I've done if before, but i've also heard about people doing it and dying.


----------



## ramsiN

Hey all,

Im new and a 1st time user here myself. I came here to get some answers about mixing mainly lortabs with coke.  i use to do alot of coke about 6 years ago, like 4 times out of the week doing literally a ball to myself each night within 6-8 hours. but i never mixed it back then cept for pot. anyways 6 years later of me quitting blow, today, the devils drug made its way into my hands. im a heavy lortab user now and i didnt want to end up on the news like ODB cuz of mixing the 2. anyhow i did some of the most garbage coke all day long, basically a teener (1.5 grams) and never did i think something i use to love so much could make me feel so shitty from the first line till the last line, i know the quality was shit but it was all rocks so i stayed optimistic that there wasnt much cutting agents, still each line made me more anxious and panicy and i never got that high i chased all day. well 1 hour after i did my last line and was in complete anxious mode i deciided to pop half a blue lortab (10/500) smoked a bowl, waited another hour and popped the other half with a 0.5 mg xanax smoked another bowl and have been freaking out ever since lol. from the majority of ppls posts i read i feel safe with the combo, to be honest i feel happy now and the anxiousness is gone (mission accomplished, that literaly was the shittiest coke ever that i vow'd never to do it again lol) but yah i feel actually good, only thing is my heart is a bit out of wack, not that its beating fast but i feel a very light and slight pressure kinda  on it, hence me freaking out since i took the pills because of the few posts of ppl who lost friends to taken a xany to calm down after coke + i mixed a lortab with it.  basically i want to thank everyone for their feed back, its funny how hard it was to come across this discussion, yahoo gave me crap for sites and finally aj.com brought me here.

lol @ sandbags "your having a better night then me comment"

the lesson i learned today, and it was a valuable lesson when it comes to using recreational drugs, are :

sobriety>garbage coke anyday of the week

10/500 lortab blues only/any oxycodone 7.5+/500 ( any other hydrocodone makes me sick) > coke ( yes i realize the acetaminophen is not good for me, but not much of a choice when it comes to all hydrocodone, cept norcos which suck unless they're the yellows, and most oxycodones... oxycotlins are to expensive and roxicets are impossible to find or else those would be my choice  )

snorting oxy's/roxys>coke ( even if it is that 100% pure columbian that everyone always hears about but never see's or gets a chance to snort)

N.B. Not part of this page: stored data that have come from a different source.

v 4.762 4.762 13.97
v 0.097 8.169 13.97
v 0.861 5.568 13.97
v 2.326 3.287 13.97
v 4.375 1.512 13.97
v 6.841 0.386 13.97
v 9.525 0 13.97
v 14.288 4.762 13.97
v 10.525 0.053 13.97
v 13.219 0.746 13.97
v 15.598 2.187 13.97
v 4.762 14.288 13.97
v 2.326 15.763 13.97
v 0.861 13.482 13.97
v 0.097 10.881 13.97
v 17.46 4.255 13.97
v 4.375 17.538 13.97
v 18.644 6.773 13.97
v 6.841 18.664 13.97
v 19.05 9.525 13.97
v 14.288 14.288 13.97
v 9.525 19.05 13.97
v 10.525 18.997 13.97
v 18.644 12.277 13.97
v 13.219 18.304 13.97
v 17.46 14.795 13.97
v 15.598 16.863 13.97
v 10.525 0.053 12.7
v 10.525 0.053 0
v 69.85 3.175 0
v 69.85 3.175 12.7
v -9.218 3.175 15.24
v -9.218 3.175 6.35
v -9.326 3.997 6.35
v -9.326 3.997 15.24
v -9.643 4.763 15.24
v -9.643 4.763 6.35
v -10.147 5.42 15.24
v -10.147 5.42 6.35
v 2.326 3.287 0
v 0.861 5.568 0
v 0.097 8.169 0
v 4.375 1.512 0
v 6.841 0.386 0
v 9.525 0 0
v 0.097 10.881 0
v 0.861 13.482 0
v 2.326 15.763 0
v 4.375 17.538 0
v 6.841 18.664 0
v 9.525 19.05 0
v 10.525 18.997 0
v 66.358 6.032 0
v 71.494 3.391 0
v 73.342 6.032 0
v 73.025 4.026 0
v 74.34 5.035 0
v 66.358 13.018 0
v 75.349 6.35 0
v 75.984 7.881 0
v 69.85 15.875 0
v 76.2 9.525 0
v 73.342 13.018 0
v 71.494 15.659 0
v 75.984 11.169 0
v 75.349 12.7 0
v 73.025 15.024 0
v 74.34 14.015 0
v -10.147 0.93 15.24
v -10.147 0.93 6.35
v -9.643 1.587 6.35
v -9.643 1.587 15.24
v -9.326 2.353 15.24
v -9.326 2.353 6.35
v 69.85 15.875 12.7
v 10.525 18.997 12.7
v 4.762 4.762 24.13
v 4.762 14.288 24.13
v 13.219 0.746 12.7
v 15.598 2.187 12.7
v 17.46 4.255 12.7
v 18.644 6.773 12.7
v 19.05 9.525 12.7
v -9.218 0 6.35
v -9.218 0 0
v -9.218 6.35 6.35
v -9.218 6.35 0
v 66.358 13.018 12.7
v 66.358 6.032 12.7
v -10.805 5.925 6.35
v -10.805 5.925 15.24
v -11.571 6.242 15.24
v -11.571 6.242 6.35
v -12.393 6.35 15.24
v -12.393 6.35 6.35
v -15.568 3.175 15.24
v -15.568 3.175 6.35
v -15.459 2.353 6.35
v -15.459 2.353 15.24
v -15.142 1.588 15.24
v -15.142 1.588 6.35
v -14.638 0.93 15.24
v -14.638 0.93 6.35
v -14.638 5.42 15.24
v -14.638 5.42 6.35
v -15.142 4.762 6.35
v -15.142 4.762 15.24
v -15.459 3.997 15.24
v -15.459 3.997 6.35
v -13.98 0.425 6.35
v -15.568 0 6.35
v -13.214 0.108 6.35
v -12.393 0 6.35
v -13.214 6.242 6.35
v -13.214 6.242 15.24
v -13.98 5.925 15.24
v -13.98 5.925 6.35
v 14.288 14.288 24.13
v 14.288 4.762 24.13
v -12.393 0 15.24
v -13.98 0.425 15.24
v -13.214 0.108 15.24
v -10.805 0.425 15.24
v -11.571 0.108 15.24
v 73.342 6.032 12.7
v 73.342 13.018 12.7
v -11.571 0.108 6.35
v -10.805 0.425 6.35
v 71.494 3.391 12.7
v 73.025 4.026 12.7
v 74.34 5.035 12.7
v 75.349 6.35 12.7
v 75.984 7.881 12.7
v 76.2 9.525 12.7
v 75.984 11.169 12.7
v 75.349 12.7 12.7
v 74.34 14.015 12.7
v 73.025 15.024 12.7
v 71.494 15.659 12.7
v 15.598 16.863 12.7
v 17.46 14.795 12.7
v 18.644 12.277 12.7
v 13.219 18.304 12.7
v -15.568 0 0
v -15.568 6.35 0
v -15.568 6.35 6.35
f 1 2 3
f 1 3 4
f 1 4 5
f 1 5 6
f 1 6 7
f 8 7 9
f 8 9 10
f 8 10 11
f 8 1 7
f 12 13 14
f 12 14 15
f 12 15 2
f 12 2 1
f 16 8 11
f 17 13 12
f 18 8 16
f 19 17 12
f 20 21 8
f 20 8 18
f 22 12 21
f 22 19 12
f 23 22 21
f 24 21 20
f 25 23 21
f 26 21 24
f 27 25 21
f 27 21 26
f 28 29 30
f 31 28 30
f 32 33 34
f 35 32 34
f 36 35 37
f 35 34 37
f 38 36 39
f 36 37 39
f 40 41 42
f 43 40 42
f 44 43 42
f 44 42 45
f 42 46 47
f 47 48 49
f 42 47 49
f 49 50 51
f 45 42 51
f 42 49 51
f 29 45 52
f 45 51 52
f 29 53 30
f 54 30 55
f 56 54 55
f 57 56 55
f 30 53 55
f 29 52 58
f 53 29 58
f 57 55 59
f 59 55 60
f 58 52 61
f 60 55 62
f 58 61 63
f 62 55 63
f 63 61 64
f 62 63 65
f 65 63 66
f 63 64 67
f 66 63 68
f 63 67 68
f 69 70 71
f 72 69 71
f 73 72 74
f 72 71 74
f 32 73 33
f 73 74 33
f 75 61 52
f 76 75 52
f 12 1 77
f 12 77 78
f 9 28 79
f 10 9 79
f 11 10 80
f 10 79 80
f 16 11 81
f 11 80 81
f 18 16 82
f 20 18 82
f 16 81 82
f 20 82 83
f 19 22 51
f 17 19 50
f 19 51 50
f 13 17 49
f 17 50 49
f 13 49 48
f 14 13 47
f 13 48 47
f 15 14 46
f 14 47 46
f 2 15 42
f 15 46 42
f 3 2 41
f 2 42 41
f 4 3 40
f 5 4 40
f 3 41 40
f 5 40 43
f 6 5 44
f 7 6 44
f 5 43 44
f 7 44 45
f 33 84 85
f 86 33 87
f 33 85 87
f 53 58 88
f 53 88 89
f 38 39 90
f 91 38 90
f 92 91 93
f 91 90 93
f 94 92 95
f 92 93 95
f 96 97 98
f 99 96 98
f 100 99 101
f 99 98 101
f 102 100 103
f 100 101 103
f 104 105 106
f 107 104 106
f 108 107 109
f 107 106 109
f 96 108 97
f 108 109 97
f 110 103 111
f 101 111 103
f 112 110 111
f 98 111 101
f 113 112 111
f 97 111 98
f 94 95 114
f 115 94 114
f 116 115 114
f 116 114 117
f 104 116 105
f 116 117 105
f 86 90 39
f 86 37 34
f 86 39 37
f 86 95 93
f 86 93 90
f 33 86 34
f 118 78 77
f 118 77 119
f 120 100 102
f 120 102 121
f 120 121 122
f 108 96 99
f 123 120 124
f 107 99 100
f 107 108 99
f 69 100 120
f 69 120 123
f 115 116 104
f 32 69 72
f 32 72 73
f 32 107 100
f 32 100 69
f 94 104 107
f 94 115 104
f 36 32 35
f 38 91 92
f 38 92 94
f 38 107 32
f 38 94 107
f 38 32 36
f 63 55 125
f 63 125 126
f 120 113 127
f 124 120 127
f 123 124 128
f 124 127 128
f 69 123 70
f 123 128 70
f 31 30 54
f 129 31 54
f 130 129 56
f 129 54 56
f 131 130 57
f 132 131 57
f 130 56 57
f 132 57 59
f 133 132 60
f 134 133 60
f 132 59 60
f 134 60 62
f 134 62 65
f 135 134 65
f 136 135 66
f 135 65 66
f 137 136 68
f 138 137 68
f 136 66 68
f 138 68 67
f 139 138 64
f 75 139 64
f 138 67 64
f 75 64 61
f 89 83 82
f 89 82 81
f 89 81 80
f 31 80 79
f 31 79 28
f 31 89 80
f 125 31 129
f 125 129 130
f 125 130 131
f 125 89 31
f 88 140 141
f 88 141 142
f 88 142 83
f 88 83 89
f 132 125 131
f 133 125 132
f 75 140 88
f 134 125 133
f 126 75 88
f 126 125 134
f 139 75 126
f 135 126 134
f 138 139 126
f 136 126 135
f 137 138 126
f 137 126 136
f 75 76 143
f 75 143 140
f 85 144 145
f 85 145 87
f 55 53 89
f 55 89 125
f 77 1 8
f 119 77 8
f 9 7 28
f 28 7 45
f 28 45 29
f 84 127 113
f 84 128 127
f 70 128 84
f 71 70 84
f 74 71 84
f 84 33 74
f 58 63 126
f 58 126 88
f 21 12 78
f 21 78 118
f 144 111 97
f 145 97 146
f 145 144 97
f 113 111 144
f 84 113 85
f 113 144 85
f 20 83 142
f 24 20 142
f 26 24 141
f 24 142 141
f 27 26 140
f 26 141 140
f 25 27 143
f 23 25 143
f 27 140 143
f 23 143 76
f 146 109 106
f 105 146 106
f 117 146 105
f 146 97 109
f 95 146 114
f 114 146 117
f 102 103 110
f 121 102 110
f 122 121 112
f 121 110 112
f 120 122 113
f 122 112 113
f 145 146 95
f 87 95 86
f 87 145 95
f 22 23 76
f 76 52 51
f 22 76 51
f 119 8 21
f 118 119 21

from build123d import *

# Parameters (mm, degrees)
F1_DEPTH  = 13.97
F2_DEPTH  = 12.7
F3_W      = 9.525
F3_H      = 9.525
F4_DEPTH  = 10.16
F6_DEPTH  = 24.131
F7_W      = 6.35
F7_H      = 6.35
F8_DEPTH  = 6.35
F11_DEPTH = 8.89


with BuildPart() as f1:
    # F0 (on Top) → F1 (new body)
    with BuildSketch(Plane.XY):
        with BuildLine():
            Line((10.524862, 18.997376), (9.525, 19.05))
            ThreePointArc((9.525, 19.05), (0, 9.525), (9.525, 0))
            Line((9.525, 0), (10.524862, 0.052624))
            ThreePointArc((10.524862, 0.052624), (16.604877, 3.153111), (19.05, 9.525))
            ThreePointArc((19.05, 9.525), (16.604877, 15.896889), (10.524862, 18.997376))
        make_face()
    extrude(amount=F1_DEPTH)

    # F0 (on Top) → F2 (join)
    with BuildSketch(Plane.XY):
        with BuildLine():
            Line((69.85, 15.875), (10.524862, 18.997376))
            ThreePointArc((10.524862, 18.997376), (16.604877, 15.896889), (19.05, 9.525))
            ThreePointArc((19.05, 9.525), (16.604877, 3.153111), (10.524862, 0.052624))
            Line((10.524862, 0.052624), (69.85, 3.175))
            Line((69.85, 3.175), (69.85, 9.525))
            Line((69.85, 9.525), (69.85, 15.875))
        make_face()
        with BuildLine():
            ThreePointArc((76.2, 9.525), (74.340128, 14.015128), (69.85, 15.875))
            Line((69.85, 15.875), (69.85, 9.525))
            Line((69.85, 9.525), (76.2, 9.525))
        make_face()
        with BuildLine():
            Line((69.85, 9.525), (69.85, 3.175))
            ThreePointArc((69.85, 3.175), (74.340128, 5.034872), (76.2, 9.525))
            Line((76.2, 9.525), (69.85, 9.525))
        make_face()
    extrude(amount=F2_DEPTH)

    # F3 (on face) → F4 (join)
    with BuildSketch(Plane.XY.offset(13.97)):
        with Locations((9.525, 9.525)):
            Rectangle(F3_W, F3_H)
    extrude(amount=F4_DEPTH)

    # F5 (on Top) → F6 (cut, through all)
    with BuildSketch(Plane.XY):
        Polygon((66.3575, 6.0325), (73.3425, 6.0325), (73.3425, 13.0175), (66.3575, 13.0175), (66.3575, 9.525), align=None)
    extrude(amount=F6_DEPTH, mode=Mode.SUBTRACT)


with BuildPart() as f8:
    # F7 (on Top) → F8 (new body)
    with BuildSketch(Plane.XY):
        with Locations((-12.392557, 3.175)):
            Rectangle(F7_W, F7_H)
    extrude(amount=F8_DEPTH)

    # F10 (on face) → F11 (join)
    with BuildSketch(Plane.XY.offset(6.35)):
        with BuildLine():
            ThreePointArc((-10.147493, 5.420064), (-11.177537, 6.108318), (-12.392557, 6.35))
            ThreePointArc((-12.392557, 6.35), (-13.607577, 6.108318), (-14.637621, 5.420064))
            ThreePointArc((-14.637621, 5.420064), (-15.325874, 4.39002), (-15.567557, 3.175))
            ThreePointArc((-15.567557, 3.175), (-15.325874, 1.95998), (-14.637621, 0.929936))
            ThreePointArc((-14.637621, 0.929936), (-13.607577, 0.241682), (-12.392557, 0))
            ThreePointArc((-12.392557, 0), (-11.177537, 0.241682), (-10.147493, 0.929936))
            ThreePointArc((-10.147493, 0.929936), (-9.459239, 1.95998), (-9.217557, 3.175))
            ThreePointArc((-9.217557, 3.175), (-9.459239, 4.39002), (-10.147493, 5.420064))
        make_face()
    extrude(amount=F11_DEPTH)


solid = Compound([f1.part, f8.part])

but thats just my input and the lessons i learned


----------



## AfterGlow

Xanax can impair your inhibitions and ability to make good decisions.  It can even cause you to blackout and forget events.  For that reason, you need to be careful that you don't have too much coke available and you don't go way overboard and OD on it.  Too much coke can cause heart arrhythmia and even cardiac arrest.  I recommend you use Xanax for the coke comedown and you do not take it before the coke.


----------



## Psychedelic Jay

This thread is screaming Billy Mayes


----------



## Big Lebowsky

This goes out to ramsiN... When you said "yes i realize the acetaminophen is not good for me, but not much of a choice when it comes to all hydrocodone, cept norcos which suck unless they're the yellows, and most oxycodones... oxycotlins" I had to disagree. You are absolutely right about it having too much acetaminophen and yes that is bad for you, but you are wrong to say that there is nothing you can do about it. Do me a favor and look up a method called "cold water extraction". This allows you to get rid of all the trash like acetaminophen and get only the hydrocodone out of the pill. I promise it works and if you have questions just hit me up. I'll be watching for any questions you might have. I promise you won't be disappointed. Later bro!


----------



## Violenza666

CTdopeLove said:


> A real speedball is heroin + cocaine IVed in the same shot.  I think any powerful opiate combined with cocaine IVed in the same shot could be deemed a speedball, but when it's not IVed, IMHO the term speedball goes out the window, and anyone using it in this context should be strung up by their eyelids and beaten with a wiffle ball bat (the same goes for anyone using the term SWIM).
> 
> ~CTdopeLove



You are my hero of the day! lol


----------



## debaser

I have heard of the slang term "hippie speedball" wich consists of smoking hash while drinking a strong black coffee.


----------



## DrWatson503

ive done many what i consider large speedballish(we call em california heart stoppers) mixtures 160mg of oxy and maybe a good sized key bump of some 80\20 cut cocaine, (80/20) after we get it from the guy, i know almost no american cocaine is ""pure""". iv'e done these on up to anywhere of 4-6mg of klonipin or xanax no bad effects so far. now that im on suboxone i sometimes still IV cocaine from time to time, and take about a mg of either one of the affor mentioned benzo's and it takes the edge of quite nicely


----------



## atxPanic

need a little help here.
did about 2g's of blow in the last 6 hours or so.  i did a ball yesterday.  its pretty good stuff.
my heart is racing like it never has before.  nothing else feels bad but the heart racing is scaring me.
how fast of a heart rate is required to call the ems????
i just popped a 4 bar xanax.  will that slow my heart down.  it is necessary at this point.


----------



## bluntedskier

Psychedelic Jay said:


> This thread is screaming Billy Mayes




i was at a mansion wedding party on the beach in florida right before he died and he was there we talked for a bit with some cocktails from the bar overlooking the ocean, then ended up smoking weed in his escalade  /claim 

ridiculous night 


RIP


----------



## baezsgirl

im slightly new to the coke world and it sucked ass for me when i want to go to bed. heart racing, mind going crazy... however, i've recently discovered that some xanax & good weed is what makes the world of difference the next day! sad we need other "drugs" to bring us down but arent we all chasing some time of high?? ginger ale & a 5 hour energy the next morning helps to if you need to function after a night of partying


----------



## mister right

Astavats said:


> I hear about people doing benzos (like Xanax) after cocaine to help them on the comedown, so I imagine it's safe, but I can't guarantee it.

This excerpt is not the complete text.